Unfortunately, the latter approach, which is referred to as reagent-based 
design, often produces inferior results. (See, e.g., Gillet, V. J., Willett, P., and 
Bradshaw, J., J. Chem. Inf. Comput. Sci.; 37(4), 731-740 (1997); and Jamois, 
E. A., Hassan, M., and Waldman, M., Evaluation of reagent-based and 
product-based strategies in the design of combinatorial library subsets, J. 
Chem. Inf. Comput. Sci., 40, 63-70 (2000), each of which is incorporated by 
reference herein in its entirety). 
[0013] Hence there is a need for methods, systems, and computer program 

products that can be used to analyze large combinatorial chemical libraries, 
which do not have the limitations discussed above.

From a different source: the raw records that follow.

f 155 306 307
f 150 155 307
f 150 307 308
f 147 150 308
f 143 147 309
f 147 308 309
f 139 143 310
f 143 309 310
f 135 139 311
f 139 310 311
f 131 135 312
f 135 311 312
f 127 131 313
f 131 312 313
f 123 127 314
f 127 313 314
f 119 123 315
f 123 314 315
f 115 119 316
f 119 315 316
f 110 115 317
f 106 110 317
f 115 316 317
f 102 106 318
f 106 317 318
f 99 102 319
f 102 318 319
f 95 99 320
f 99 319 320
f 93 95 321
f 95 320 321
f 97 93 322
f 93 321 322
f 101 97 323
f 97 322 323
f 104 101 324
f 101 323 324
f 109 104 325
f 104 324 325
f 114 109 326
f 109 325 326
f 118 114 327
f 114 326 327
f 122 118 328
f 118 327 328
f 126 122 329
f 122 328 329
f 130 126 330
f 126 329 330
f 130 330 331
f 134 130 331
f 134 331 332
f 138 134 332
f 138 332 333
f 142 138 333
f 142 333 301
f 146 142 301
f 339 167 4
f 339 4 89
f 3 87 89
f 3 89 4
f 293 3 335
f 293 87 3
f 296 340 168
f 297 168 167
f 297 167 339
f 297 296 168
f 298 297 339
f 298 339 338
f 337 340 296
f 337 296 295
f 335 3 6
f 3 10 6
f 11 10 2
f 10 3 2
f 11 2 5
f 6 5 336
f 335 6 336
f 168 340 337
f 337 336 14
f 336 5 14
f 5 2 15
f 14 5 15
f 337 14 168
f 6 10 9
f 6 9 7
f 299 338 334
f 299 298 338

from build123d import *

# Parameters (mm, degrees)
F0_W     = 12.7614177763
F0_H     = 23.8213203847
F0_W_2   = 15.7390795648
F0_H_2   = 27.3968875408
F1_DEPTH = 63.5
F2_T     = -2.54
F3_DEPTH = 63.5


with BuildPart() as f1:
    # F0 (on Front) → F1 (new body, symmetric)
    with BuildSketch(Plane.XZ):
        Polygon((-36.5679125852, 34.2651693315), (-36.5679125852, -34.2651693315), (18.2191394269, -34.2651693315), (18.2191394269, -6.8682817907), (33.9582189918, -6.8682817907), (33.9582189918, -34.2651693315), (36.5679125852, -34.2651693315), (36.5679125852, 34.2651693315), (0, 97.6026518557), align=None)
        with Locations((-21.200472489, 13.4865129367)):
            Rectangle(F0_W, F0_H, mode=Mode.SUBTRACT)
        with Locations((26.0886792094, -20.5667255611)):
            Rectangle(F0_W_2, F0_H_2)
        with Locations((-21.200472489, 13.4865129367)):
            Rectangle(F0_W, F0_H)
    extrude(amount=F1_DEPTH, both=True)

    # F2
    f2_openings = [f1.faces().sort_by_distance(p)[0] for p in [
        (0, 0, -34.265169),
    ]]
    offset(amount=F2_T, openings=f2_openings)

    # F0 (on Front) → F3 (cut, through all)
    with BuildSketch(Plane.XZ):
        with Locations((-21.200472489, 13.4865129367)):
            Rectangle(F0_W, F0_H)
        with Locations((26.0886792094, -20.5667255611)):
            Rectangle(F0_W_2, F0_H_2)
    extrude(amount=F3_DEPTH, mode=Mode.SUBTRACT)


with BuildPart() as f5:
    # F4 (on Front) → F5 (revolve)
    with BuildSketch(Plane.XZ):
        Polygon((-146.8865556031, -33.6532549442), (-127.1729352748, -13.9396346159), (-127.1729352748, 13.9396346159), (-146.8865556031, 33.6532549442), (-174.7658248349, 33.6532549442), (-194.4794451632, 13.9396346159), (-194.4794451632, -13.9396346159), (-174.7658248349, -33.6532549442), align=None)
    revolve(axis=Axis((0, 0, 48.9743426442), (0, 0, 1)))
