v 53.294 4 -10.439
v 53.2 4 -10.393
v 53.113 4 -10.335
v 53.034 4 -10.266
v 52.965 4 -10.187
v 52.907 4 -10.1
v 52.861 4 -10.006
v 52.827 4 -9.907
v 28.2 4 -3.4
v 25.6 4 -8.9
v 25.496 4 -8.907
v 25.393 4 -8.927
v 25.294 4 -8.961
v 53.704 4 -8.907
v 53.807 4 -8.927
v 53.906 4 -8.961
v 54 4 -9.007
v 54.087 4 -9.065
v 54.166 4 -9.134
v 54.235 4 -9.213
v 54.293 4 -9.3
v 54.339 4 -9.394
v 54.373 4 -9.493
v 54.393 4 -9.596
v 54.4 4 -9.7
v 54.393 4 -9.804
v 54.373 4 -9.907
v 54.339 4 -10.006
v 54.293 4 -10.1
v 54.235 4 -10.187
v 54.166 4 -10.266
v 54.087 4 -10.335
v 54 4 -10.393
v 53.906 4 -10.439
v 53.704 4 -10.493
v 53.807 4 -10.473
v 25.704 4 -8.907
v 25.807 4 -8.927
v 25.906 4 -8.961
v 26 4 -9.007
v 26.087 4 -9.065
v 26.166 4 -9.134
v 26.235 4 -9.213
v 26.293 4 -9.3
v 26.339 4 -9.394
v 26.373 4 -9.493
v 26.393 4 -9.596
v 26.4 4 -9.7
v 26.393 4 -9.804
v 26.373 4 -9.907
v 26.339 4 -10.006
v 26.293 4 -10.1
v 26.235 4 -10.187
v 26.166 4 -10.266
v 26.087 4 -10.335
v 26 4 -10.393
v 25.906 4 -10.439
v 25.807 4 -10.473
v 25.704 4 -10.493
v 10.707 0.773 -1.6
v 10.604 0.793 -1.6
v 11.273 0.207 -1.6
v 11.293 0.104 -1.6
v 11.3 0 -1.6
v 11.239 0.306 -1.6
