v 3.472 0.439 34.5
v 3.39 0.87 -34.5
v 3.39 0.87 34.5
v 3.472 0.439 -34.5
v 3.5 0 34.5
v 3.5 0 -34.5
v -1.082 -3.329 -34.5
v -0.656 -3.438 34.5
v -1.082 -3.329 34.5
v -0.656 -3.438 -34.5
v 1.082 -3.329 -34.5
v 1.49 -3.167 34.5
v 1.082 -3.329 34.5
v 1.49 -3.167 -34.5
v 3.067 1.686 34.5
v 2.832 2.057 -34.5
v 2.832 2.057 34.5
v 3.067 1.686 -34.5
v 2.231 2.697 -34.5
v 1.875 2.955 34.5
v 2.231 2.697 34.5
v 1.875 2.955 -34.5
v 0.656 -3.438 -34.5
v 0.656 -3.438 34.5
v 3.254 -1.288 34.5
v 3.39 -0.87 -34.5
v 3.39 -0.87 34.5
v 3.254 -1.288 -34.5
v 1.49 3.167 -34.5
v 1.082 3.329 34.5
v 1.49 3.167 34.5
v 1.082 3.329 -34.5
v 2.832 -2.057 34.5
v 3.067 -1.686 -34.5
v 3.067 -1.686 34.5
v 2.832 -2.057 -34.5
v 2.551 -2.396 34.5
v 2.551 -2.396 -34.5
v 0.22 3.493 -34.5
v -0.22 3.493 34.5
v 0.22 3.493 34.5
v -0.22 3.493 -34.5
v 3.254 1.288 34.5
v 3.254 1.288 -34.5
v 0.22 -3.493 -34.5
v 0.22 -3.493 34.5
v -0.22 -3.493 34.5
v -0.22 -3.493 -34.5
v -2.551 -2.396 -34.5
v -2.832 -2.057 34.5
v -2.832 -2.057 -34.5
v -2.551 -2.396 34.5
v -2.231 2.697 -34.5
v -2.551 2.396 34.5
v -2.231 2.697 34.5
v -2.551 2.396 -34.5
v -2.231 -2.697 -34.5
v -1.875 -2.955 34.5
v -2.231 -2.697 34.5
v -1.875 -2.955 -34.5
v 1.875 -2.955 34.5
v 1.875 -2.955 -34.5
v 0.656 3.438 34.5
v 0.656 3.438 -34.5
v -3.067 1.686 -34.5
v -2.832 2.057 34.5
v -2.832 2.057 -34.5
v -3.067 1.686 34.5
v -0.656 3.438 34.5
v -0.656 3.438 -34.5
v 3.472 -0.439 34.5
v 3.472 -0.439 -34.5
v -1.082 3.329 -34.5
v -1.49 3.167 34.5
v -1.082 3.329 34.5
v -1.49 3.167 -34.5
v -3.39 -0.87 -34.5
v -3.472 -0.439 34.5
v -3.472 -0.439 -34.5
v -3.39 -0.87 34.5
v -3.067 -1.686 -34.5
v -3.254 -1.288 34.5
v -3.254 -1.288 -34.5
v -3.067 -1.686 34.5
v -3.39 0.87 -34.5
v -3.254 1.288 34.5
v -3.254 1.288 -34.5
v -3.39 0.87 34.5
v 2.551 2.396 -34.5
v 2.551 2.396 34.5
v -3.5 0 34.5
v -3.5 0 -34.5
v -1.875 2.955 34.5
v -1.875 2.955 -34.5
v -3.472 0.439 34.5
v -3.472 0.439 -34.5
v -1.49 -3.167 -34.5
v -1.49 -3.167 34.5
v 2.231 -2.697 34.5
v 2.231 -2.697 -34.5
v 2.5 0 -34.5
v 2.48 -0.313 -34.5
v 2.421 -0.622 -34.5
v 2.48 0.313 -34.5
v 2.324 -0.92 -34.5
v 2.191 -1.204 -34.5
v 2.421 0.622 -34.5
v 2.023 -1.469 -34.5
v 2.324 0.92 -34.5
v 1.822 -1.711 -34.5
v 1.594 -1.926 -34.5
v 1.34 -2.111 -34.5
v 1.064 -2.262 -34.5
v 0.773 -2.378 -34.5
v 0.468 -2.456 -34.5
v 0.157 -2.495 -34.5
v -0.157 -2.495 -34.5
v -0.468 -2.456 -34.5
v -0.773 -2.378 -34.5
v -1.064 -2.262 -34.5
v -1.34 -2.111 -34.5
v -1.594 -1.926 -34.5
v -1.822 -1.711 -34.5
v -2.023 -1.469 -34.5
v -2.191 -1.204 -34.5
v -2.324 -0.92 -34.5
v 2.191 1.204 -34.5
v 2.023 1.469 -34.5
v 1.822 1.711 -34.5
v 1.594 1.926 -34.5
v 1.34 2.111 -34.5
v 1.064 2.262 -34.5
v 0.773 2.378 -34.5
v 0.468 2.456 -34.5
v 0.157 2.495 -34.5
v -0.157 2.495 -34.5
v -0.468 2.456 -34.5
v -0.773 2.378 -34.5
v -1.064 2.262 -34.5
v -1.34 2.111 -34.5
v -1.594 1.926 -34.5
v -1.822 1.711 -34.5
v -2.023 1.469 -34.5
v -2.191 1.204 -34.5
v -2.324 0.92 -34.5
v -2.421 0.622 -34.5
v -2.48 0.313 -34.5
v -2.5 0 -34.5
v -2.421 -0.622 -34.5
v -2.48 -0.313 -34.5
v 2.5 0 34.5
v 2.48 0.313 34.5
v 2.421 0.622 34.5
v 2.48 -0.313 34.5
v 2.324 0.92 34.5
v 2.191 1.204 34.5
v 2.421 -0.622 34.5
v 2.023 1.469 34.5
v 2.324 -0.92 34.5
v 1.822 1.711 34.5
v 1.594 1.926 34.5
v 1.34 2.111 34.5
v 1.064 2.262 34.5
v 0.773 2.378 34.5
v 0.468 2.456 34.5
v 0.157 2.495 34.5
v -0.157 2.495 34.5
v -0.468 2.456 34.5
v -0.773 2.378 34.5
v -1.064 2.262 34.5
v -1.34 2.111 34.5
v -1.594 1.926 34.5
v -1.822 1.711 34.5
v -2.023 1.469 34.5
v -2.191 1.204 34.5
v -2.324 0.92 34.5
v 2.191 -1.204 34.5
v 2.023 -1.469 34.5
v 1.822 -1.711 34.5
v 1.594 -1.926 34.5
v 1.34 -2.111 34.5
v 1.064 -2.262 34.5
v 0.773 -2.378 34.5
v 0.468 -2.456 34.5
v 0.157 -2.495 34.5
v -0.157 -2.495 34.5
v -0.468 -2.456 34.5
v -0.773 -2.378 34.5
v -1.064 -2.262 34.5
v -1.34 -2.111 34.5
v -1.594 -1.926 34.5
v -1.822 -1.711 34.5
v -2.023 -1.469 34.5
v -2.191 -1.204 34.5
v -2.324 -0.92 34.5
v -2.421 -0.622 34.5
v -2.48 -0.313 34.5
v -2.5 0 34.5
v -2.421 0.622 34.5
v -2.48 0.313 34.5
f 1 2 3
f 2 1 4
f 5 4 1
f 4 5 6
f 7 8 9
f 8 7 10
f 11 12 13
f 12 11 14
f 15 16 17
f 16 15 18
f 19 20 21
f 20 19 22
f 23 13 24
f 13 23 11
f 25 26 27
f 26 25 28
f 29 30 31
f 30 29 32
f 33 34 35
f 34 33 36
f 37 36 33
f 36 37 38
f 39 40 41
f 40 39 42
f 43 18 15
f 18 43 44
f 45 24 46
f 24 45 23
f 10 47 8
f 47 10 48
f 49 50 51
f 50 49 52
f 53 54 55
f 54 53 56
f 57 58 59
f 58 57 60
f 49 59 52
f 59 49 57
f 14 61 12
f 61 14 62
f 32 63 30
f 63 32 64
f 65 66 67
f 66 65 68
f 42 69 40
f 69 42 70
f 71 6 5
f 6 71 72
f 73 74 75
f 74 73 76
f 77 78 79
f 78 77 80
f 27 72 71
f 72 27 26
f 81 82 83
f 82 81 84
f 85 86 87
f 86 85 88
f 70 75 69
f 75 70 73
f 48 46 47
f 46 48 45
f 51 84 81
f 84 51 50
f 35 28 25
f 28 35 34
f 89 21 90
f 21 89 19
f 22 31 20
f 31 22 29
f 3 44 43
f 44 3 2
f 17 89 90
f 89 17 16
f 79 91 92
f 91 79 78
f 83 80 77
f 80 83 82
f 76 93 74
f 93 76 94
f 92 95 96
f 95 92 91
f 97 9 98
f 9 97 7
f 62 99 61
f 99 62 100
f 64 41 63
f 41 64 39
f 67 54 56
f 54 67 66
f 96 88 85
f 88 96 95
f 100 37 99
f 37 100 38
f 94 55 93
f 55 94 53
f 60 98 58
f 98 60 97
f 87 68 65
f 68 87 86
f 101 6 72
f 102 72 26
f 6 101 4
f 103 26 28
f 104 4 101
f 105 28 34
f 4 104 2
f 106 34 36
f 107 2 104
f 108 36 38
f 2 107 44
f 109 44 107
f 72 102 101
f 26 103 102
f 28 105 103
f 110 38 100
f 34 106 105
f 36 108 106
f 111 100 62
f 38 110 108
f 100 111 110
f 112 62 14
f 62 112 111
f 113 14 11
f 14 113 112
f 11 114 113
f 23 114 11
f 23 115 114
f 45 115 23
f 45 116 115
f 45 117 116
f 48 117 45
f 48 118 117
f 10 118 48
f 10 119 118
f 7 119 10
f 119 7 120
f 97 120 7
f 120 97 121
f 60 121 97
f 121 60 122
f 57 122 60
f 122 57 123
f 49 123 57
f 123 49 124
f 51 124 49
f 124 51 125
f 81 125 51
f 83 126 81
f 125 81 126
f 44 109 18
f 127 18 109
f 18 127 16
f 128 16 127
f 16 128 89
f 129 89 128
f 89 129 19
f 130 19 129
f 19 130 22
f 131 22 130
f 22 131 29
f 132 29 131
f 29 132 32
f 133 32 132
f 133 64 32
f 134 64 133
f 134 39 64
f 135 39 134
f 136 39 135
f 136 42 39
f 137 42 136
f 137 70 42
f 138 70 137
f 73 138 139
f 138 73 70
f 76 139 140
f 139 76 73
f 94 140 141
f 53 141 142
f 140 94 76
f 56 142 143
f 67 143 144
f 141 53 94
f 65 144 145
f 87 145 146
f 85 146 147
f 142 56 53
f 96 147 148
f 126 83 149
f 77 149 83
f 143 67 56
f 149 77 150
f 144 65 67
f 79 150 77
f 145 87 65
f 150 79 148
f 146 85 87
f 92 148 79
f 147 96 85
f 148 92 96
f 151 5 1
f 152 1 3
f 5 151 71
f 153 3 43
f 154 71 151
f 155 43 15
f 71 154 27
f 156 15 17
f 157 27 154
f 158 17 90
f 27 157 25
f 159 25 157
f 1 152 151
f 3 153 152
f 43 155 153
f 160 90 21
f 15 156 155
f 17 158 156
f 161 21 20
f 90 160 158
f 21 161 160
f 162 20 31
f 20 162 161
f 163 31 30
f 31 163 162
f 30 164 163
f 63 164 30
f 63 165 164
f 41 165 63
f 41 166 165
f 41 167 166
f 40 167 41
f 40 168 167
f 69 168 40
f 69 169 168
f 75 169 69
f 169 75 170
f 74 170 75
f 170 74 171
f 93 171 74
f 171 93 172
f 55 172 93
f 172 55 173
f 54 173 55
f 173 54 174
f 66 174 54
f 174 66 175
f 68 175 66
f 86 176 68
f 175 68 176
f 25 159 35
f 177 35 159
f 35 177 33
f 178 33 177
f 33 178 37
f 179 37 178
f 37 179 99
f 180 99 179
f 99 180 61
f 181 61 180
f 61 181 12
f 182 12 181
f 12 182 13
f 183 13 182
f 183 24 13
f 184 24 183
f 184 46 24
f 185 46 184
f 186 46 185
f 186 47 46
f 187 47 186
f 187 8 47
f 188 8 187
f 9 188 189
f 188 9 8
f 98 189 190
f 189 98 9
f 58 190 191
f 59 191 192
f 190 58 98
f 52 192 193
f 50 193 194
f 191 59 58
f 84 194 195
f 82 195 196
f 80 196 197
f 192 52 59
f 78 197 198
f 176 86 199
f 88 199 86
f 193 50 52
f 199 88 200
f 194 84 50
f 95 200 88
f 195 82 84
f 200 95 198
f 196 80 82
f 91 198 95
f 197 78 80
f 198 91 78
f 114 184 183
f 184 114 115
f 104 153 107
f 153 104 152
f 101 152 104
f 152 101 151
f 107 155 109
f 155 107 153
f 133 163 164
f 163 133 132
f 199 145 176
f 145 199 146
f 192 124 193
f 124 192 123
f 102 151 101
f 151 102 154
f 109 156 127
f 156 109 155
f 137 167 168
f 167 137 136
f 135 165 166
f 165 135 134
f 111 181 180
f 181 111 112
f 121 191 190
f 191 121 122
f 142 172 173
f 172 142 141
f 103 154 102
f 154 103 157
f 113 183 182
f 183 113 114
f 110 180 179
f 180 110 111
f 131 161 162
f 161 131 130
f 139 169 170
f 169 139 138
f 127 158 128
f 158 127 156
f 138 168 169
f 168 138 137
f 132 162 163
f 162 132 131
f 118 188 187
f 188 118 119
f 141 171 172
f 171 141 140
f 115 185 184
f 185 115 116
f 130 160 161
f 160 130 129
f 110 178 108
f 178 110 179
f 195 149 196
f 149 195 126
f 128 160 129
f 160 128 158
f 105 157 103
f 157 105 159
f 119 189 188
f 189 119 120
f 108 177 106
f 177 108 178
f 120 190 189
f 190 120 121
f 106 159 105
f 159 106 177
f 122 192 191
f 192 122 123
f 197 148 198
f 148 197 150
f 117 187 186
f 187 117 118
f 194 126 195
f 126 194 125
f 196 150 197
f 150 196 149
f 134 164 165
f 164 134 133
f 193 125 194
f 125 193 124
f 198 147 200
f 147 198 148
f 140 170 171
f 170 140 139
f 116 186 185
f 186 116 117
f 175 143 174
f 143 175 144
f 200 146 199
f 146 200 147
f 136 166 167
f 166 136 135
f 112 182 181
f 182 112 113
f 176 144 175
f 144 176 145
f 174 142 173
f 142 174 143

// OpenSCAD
$fn = 50;


difference() {
	union() {
		translate(v = [0, 0, -34.5000000000]) {
			cylinder(h = 69, r = 3.5000000000);
		}
	}
	union() {
		translate(v = [0, 0, -100.0000000000]) {
			cylinder(h = 200, r = 2.5000000000);
		}
	}
}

In particular, there is a 
need for methods, systems, and computer program products for rapidly 
generating mapping coordinates for compounds in a combinatorial library that 
do not require the enumeration of every possible product in the library. 

SUMMARY OF THE INVENTION 

[0014] The present invention provides a method, system, and computer 

program product for generating mapping coordinates of combinatorial library 
products from features of library building blocks. 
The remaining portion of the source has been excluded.